**What to work on**.
Return, word for word, only the lines of the data below that lie between the line with "v 9.037 15.24 4.261" and the line with "v 8.379 15.24 -4.519", those two lines included.

**Records supplied**.
◆ ◆ ◆ ◆ ◆ ◆ ◆
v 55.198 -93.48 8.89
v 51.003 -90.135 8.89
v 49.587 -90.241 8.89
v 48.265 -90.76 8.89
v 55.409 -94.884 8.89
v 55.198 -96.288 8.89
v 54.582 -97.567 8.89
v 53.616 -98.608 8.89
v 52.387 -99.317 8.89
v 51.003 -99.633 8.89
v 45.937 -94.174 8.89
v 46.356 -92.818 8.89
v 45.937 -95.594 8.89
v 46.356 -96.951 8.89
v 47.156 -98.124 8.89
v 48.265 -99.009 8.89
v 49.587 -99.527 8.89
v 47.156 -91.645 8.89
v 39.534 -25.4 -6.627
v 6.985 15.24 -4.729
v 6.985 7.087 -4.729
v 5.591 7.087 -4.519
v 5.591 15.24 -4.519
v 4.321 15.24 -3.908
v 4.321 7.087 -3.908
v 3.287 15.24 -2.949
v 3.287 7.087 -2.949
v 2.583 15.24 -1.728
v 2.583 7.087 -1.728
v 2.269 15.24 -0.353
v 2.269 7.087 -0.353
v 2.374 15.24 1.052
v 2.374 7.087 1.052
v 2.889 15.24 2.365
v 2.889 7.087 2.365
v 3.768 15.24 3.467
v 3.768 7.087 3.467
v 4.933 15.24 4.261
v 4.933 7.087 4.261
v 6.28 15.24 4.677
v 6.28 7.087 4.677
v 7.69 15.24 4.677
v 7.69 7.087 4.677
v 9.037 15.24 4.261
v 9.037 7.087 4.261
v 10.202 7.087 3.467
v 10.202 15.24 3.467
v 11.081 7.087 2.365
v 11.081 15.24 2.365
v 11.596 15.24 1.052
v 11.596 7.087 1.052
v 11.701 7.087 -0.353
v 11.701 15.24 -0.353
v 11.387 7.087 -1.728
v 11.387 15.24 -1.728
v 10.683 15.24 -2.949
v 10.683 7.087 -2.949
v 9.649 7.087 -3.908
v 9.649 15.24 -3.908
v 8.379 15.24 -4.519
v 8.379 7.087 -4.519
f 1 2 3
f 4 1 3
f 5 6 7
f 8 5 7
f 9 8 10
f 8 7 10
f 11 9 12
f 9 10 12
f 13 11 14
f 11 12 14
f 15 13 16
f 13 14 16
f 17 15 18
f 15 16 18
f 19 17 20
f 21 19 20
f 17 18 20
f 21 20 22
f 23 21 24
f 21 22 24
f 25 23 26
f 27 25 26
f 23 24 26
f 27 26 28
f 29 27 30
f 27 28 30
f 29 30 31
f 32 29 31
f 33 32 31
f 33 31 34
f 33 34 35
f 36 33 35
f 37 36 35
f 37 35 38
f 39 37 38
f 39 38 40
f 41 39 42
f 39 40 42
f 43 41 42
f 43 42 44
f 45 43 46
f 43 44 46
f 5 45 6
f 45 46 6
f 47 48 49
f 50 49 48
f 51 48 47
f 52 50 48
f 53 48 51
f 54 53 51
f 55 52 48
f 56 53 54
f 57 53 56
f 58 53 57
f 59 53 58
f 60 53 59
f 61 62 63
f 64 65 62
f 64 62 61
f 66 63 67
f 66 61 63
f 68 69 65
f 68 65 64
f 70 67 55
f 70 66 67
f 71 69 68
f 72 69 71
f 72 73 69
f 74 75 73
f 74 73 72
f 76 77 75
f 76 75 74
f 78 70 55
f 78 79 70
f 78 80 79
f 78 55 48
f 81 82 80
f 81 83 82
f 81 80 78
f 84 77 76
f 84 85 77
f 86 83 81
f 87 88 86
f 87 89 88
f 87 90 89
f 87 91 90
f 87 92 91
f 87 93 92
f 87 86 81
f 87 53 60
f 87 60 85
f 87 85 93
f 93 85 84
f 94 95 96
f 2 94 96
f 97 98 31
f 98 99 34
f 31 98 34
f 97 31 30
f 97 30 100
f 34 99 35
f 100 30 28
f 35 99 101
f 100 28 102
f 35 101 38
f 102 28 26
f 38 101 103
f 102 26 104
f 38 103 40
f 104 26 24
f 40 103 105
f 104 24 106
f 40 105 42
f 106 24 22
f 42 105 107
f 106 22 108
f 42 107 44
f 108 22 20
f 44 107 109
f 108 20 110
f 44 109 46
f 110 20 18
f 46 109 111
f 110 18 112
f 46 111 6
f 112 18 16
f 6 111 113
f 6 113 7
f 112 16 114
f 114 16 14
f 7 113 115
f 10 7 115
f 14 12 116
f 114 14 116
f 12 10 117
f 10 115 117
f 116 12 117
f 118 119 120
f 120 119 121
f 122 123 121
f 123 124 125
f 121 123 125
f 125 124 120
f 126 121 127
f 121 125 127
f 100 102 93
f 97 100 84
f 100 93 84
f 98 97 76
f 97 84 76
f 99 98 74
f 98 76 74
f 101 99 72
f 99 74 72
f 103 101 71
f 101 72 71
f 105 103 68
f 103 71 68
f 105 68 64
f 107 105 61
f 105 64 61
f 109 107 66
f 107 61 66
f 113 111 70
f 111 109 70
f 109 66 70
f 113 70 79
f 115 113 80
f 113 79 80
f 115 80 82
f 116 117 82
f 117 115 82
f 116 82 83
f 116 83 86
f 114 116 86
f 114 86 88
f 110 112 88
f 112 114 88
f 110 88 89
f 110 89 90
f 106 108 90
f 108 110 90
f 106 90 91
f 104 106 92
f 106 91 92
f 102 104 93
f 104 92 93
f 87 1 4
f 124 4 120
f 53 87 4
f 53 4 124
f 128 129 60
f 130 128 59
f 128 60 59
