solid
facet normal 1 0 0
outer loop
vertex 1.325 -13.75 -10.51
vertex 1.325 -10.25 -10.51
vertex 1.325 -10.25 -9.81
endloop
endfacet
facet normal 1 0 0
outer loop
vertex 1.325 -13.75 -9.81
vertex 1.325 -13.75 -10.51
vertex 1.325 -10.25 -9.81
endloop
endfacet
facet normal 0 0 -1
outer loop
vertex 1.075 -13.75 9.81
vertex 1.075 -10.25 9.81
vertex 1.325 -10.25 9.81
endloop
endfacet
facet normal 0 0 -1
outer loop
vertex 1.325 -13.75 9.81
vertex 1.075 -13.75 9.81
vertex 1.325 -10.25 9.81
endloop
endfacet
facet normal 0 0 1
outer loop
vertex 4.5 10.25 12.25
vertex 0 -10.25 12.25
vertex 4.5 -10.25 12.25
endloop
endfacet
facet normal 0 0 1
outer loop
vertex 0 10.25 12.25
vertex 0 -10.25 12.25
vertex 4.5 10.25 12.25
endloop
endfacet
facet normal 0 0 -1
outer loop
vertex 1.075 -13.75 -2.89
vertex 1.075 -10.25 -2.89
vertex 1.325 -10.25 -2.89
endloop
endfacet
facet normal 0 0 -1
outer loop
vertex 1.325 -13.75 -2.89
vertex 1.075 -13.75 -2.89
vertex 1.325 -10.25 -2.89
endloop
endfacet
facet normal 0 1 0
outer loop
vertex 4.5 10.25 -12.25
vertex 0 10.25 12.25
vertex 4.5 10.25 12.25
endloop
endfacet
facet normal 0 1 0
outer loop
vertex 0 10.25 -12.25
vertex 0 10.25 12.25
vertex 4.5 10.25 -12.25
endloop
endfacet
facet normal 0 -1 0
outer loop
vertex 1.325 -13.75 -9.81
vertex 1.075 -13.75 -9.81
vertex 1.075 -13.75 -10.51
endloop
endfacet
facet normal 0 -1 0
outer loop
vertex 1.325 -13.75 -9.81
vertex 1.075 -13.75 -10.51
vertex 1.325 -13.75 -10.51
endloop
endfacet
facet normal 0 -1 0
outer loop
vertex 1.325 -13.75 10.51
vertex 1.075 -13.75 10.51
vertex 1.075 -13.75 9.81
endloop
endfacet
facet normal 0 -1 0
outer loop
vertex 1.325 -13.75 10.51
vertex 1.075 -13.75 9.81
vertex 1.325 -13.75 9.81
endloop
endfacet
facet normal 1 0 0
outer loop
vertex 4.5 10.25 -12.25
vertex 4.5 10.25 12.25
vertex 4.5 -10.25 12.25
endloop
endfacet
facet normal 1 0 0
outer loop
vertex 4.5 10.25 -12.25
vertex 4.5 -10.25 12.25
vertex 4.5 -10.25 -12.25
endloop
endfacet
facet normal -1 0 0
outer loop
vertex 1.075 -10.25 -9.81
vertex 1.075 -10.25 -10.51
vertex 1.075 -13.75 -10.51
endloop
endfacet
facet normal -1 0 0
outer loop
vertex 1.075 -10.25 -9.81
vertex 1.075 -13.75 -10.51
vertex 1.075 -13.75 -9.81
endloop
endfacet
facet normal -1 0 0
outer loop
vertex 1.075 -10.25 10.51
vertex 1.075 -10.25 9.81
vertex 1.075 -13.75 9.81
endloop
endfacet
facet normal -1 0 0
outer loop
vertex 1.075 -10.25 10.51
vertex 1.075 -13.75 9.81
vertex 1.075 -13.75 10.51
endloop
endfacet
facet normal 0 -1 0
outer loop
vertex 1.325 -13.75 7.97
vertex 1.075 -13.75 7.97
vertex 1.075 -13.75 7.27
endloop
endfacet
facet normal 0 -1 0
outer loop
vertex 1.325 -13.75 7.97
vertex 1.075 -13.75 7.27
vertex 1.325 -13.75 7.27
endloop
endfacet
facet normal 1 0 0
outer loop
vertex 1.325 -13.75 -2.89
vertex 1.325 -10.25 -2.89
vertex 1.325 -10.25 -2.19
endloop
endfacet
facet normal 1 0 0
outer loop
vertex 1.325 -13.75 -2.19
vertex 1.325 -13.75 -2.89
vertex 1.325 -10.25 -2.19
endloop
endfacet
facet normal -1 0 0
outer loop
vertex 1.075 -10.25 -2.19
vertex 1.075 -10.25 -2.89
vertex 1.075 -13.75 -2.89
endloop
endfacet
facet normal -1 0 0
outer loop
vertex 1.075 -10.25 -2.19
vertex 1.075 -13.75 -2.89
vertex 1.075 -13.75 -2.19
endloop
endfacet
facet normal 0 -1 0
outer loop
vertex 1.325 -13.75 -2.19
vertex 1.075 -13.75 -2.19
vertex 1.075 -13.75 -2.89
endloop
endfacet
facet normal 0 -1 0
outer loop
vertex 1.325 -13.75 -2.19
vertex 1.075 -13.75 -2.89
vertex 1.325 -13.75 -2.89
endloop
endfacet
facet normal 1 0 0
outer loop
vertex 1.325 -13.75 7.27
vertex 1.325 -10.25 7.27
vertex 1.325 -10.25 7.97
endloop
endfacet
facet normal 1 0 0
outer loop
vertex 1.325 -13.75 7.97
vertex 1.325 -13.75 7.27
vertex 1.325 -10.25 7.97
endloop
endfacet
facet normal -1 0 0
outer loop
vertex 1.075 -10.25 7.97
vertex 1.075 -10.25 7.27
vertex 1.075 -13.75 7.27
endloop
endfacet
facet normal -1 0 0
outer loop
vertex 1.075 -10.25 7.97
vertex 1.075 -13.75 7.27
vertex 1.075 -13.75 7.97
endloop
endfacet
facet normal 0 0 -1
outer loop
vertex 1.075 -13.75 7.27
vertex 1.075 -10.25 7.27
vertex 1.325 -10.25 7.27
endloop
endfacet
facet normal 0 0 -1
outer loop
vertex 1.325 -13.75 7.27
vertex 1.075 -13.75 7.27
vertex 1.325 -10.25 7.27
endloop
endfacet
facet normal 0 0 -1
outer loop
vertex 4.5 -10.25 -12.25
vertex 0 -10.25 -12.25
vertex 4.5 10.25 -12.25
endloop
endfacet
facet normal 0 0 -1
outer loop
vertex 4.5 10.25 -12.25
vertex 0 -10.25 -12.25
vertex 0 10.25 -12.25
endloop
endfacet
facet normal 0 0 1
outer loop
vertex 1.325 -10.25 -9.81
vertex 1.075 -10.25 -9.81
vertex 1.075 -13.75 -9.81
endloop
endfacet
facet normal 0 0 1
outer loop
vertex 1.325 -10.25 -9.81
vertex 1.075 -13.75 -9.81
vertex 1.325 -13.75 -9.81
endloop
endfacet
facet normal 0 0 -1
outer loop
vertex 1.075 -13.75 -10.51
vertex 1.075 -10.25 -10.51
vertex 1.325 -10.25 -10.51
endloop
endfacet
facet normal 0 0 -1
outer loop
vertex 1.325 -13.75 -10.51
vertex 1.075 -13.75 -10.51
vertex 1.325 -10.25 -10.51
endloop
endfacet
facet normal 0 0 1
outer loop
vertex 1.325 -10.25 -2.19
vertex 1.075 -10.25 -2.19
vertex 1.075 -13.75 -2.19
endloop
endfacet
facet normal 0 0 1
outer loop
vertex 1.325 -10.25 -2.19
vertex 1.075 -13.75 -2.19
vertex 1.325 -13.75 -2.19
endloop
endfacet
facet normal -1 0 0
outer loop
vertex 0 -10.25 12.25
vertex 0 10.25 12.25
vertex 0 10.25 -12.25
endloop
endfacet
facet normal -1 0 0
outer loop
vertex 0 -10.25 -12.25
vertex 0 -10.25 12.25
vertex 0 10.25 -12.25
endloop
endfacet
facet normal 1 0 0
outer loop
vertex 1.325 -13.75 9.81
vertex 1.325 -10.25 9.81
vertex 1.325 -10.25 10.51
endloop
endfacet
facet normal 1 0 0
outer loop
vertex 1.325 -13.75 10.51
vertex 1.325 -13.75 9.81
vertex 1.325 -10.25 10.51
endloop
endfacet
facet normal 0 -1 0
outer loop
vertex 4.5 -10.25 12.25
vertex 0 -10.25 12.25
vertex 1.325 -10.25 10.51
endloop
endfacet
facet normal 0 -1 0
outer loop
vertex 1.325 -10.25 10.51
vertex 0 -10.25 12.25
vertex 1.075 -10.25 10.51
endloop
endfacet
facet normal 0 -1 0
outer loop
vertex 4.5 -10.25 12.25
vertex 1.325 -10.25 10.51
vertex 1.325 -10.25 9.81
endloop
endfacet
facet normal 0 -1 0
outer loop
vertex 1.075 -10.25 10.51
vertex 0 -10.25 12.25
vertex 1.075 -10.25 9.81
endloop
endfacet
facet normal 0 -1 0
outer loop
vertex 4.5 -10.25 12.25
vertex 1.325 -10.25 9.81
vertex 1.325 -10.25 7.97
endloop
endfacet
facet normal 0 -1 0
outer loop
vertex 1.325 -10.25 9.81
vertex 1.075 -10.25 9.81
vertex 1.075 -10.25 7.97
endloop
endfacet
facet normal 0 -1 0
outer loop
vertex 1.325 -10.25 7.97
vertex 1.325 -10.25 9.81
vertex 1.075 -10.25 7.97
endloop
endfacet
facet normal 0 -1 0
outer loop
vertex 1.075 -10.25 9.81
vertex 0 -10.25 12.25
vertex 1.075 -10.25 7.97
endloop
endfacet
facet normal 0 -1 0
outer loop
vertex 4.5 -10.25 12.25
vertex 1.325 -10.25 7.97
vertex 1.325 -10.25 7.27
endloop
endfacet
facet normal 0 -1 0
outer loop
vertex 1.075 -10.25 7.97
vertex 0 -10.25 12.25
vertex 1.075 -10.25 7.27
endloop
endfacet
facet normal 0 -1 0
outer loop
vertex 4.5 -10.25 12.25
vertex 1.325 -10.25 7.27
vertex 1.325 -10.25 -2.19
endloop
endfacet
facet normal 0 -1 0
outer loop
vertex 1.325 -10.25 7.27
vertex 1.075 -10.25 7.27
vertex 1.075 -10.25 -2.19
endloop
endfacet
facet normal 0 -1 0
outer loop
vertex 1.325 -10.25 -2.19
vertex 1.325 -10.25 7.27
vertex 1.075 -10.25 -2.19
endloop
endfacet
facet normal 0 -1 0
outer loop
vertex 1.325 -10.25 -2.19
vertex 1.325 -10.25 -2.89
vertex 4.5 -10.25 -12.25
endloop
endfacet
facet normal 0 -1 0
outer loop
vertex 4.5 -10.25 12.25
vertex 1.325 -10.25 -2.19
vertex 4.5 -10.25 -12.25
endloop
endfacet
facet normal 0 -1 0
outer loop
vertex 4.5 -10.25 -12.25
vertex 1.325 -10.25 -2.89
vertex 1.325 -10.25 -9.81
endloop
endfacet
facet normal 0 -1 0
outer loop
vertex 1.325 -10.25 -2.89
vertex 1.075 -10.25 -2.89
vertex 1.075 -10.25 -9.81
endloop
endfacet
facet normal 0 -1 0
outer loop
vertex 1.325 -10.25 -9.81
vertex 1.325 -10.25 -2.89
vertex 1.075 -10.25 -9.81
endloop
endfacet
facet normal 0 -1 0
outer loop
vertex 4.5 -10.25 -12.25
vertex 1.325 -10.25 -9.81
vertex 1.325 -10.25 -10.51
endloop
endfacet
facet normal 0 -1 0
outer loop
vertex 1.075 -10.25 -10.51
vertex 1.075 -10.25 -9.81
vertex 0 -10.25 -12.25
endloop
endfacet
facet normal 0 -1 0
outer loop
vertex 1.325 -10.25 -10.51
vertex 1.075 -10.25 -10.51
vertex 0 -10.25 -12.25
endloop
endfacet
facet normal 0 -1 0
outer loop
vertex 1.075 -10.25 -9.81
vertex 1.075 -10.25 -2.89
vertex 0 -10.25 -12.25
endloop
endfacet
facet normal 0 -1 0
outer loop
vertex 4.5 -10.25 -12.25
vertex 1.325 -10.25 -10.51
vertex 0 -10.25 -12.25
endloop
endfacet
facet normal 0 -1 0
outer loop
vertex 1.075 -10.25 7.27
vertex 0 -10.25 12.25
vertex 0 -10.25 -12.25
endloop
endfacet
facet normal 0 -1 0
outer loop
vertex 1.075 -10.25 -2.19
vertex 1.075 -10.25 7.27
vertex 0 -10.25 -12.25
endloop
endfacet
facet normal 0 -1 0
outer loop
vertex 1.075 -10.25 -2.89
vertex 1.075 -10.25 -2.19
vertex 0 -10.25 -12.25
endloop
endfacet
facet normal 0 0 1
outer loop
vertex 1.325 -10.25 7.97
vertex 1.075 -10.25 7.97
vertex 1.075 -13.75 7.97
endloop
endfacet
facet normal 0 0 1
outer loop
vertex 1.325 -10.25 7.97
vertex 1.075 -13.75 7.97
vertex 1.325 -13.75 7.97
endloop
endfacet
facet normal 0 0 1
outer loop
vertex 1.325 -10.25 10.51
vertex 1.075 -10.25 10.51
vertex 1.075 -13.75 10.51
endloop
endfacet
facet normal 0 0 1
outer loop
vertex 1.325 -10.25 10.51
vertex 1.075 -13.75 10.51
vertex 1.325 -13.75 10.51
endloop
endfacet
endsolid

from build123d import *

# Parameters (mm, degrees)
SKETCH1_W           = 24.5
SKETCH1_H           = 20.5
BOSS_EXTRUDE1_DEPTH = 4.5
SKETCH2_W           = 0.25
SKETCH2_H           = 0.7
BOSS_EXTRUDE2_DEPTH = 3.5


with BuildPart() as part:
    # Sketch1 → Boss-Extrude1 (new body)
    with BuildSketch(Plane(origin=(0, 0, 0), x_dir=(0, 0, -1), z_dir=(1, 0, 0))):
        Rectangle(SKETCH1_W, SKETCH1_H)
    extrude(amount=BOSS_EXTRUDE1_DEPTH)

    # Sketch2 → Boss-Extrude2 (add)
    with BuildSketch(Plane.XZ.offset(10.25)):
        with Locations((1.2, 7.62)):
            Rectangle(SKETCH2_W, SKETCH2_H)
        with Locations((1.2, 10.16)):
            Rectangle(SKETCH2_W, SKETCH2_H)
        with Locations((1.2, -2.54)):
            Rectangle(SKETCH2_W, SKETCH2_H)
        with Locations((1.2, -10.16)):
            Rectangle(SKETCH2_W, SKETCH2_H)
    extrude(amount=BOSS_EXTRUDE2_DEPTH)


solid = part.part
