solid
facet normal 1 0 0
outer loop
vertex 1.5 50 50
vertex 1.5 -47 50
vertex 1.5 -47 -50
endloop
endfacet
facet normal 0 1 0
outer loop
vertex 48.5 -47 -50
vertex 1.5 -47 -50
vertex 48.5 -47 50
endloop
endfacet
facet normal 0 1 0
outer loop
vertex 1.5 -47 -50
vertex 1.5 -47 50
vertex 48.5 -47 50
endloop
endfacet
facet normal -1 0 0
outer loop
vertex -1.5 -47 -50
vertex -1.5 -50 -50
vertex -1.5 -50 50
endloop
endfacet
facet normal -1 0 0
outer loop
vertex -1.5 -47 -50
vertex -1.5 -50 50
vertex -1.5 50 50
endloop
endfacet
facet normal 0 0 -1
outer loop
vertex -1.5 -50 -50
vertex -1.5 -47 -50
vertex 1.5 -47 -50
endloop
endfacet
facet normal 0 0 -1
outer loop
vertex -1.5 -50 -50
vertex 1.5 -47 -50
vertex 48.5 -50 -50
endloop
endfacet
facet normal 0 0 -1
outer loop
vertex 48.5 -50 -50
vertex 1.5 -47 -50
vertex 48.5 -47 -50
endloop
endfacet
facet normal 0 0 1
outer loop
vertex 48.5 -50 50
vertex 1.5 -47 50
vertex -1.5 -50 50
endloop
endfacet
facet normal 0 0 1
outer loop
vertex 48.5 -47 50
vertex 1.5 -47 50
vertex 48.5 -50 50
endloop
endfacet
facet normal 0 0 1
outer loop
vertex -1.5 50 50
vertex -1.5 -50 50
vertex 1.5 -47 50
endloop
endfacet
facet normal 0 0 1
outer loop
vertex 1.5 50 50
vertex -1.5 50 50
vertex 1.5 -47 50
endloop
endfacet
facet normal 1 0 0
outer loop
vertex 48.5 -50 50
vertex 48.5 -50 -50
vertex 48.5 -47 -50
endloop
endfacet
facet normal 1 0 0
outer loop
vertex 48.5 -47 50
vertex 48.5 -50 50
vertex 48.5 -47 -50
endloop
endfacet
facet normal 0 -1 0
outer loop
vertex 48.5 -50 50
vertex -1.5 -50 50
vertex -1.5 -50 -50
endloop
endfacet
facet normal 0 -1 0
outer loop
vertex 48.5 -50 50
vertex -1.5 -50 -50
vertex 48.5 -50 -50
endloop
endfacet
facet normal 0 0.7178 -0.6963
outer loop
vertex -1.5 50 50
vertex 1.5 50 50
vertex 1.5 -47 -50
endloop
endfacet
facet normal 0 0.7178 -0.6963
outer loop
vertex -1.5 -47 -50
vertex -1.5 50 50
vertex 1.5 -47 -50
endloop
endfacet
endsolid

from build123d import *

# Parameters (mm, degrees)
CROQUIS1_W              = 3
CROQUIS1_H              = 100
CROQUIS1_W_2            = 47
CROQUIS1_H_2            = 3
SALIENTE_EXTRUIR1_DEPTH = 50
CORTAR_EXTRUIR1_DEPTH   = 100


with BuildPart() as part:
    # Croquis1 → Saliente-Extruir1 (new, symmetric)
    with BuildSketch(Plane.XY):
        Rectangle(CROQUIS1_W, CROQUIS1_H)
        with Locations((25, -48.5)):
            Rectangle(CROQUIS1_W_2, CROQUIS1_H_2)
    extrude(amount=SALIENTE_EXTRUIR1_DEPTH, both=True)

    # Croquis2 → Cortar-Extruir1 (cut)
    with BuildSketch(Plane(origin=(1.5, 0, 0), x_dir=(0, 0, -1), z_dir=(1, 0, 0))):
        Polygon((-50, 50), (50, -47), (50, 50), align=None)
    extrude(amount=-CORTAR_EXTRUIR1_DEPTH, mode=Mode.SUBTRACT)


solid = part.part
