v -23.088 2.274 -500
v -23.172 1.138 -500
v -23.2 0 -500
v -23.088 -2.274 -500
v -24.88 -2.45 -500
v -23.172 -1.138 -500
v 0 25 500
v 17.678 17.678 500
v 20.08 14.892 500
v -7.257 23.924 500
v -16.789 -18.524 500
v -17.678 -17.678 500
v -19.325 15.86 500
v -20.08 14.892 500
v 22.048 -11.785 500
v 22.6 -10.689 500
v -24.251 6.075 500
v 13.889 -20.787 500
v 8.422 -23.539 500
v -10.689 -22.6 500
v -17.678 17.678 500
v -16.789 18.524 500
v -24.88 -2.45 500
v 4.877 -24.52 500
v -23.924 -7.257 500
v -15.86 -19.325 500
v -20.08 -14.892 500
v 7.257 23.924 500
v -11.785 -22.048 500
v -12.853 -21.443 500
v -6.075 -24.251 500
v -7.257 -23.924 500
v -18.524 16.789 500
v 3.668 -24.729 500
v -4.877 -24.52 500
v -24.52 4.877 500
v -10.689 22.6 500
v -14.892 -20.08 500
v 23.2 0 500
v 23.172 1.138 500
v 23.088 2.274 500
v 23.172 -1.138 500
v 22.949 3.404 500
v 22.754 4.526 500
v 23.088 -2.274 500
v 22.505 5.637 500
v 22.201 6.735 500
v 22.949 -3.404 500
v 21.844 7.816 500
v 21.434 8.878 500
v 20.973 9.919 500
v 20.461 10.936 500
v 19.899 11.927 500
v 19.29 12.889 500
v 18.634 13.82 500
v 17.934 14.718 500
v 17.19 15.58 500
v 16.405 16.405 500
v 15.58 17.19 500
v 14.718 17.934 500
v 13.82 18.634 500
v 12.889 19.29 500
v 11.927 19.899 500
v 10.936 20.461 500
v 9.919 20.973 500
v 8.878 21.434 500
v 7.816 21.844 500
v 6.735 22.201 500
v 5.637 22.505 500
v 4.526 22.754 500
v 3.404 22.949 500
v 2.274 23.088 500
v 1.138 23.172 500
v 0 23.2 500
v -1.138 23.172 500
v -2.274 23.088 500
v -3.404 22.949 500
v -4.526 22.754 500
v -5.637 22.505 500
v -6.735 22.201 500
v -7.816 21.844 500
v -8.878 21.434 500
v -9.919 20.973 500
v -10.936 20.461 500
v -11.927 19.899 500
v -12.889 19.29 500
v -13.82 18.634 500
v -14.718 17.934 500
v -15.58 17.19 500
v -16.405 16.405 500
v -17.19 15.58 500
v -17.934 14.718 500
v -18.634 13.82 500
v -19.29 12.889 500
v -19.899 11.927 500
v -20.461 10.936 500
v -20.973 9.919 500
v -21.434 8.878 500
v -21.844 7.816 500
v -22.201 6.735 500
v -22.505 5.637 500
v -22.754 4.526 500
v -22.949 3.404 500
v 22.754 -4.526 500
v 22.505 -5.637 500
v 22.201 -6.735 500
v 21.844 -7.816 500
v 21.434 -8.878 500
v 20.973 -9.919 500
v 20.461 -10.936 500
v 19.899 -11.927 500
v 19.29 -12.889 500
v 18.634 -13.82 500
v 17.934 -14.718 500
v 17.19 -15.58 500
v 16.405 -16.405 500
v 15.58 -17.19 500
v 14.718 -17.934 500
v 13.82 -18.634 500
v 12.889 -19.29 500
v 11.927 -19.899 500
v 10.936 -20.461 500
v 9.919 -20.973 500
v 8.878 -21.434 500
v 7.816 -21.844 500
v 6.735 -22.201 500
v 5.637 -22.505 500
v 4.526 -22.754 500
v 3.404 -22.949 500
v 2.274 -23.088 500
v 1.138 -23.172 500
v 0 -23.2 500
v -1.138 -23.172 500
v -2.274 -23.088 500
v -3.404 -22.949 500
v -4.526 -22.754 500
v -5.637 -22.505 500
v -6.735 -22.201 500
◆ ◆ ◆ ◆ ◆ ◆ ◆
**Final answer**.
v 9.037 15.24 4.261
v 9.037 7.087 4.261
v 10.202 7.087 3.467
v 10.202 15.24 3.467
v 11.081 7.087 2.365
v 11.081 15.24 2.365
v 11.596 15.24 1.052
v 11.596 7.087 1.052
v 11.701 7.087 -0.353
v 11.701 15.24 -0.353
v 11.387 7.087 -1.728
v 11.387 15.24 -1.728
v 10.683 15.24 -2.949
v 10.683 7.087 -2.949
v 9.649 7.087 -3.908
v 9.649 15.24 -3.908
v 8.379 15.24 -4.519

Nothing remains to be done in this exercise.